(Task prompt): Copy exactly the last part of the entries, starting from the line with "extrude(amount=F7_DEPTH)" and including the final line.

*** Information supplied ***

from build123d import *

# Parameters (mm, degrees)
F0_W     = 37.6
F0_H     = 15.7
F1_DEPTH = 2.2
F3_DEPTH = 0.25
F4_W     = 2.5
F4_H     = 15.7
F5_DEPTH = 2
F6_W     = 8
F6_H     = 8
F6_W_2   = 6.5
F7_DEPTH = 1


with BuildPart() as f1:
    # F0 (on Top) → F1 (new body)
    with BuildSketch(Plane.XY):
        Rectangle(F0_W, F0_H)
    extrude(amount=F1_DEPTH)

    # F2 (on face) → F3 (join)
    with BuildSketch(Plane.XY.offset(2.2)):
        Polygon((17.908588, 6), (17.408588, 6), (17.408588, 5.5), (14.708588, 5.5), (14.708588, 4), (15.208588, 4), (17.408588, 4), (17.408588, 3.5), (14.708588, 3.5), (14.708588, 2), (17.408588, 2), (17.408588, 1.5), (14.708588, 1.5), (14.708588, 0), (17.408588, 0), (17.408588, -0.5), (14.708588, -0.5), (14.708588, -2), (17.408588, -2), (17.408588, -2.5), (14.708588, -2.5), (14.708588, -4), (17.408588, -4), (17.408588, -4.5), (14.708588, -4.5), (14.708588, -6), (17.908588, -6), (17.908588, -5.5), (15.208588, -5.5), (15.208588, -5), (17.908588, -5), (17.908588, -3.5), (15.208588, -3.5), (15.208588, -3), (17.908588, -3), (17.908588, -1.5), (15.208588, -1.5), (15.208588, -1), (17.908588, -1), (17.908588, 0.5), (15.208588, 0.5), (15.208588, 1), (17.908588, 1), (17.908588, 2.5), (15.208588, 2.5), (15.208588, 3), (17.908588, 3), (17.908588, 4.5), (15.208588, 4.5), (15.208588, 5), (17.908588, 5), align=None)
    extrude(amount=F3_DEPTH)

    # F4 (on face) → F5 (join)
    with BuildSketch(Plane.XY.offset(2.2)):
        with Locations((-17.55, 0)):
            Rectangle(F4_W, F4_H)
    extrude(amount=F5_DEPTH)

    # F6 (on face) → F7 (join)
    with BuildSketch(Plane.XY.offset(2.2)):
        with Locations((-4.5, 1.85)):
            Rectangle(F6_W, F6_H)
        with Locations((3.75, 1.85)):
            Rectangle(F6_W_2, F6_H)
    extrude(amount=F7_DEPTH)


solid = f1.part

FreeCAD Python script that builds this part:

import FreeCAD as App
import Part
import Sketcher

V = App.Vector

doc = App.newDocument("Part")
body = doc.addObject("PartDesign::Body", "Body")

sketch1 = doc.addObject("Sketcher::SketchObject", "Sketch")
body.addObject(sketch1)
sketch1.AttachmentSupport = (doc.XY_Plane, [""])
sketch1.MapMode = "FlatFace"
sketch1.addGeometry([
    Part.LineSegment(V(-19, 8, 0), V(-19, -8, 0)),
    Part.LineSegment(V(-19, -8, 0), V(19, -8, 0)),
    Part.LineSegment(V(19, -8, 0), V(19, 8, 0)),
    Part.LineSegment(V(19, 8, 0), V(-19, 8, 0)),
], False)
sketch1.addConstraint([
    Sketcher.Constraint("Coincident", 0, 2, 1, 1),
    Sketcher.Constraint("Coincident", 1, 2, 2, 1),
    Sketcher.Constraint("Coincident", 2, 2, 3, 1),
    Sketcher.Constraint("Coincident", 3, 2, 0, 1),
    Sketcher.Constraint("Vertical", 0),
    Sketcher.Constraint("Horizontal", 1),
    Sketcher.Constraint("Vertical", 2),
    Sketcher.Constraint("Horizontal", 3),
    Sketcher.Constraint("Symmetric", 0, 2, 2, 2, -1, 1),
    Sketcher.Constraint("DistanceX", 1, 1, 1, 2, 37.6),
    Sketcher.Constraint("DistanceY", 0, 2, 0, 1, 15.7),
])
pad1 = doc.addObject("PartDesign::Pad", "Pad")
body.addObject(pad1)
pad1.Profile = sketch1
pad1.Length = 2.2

*** End of Information supplied ***

(Exercise solution):
    extrude(amount=F7_DEPTH)


solid = f1.part

FreeCAD Python script that builds this part:

import FreeCAD as App
import Part
import Sketcher

V = App.Vector

doc = App.newDocument("Part")
body = doc.addObject("PartDesign::Body", "Body")

sketch1 = doc.addObject("Sketcher::SketchObject", "Sketch")
body.addObject(sketch1)
sketch1.AttachmentSupport = (doc.XY_Plane, [""])
sketch1.MapMode = "FlatFace"
sketch1.addGeometry([
    Part.LineSegment(V(-19, 8, 0), V(-19, -8, 0)),
    Part.LineSegment(V(-19, -8, 0), V(19, -8, 0)),
    Part.LineSegment(V(19, -8, 0), V(19, 8, 0)),
    Part.LineSegment(V(19, 8, 0), V(-19, 8, 0)),
], False)
sketch1.addConstraint([
    Sketcher.Constraint("Coincident", 0, 2, 1, 1),
    Sketcher.Constraint("Coincident", 1, 2, 2, 1),
    Sketcher.Constraint("Coincident", 2, 2, 3, 1),
    Sketcher.Constraint("Coincident", 3, 2, 0, 1),
    Sketcher.Constraint("Vertical", 0),
    Sketcher.Constraint("Horizontal", 1),
    Sketcher.Constraint("Vertical", 2),
    Sketcher.Constraint("Horizontal", 3),
    Sketcher.Constraint("Symmetric", 0, 2, 2, 2, -1, 1),
    Sketcher.Constraint("DistanceX", 1, 1, 1, 2, 37.6),
    Sketcher.Constraint("DistanceY", 0, 2, 0, 1, 15.7),
])
pad1 = doc.addObject("PartDesign::Pad", "Pad")
body.addObject(pad1)
pad1.Profile = sketch1
pad1.Length = 2.2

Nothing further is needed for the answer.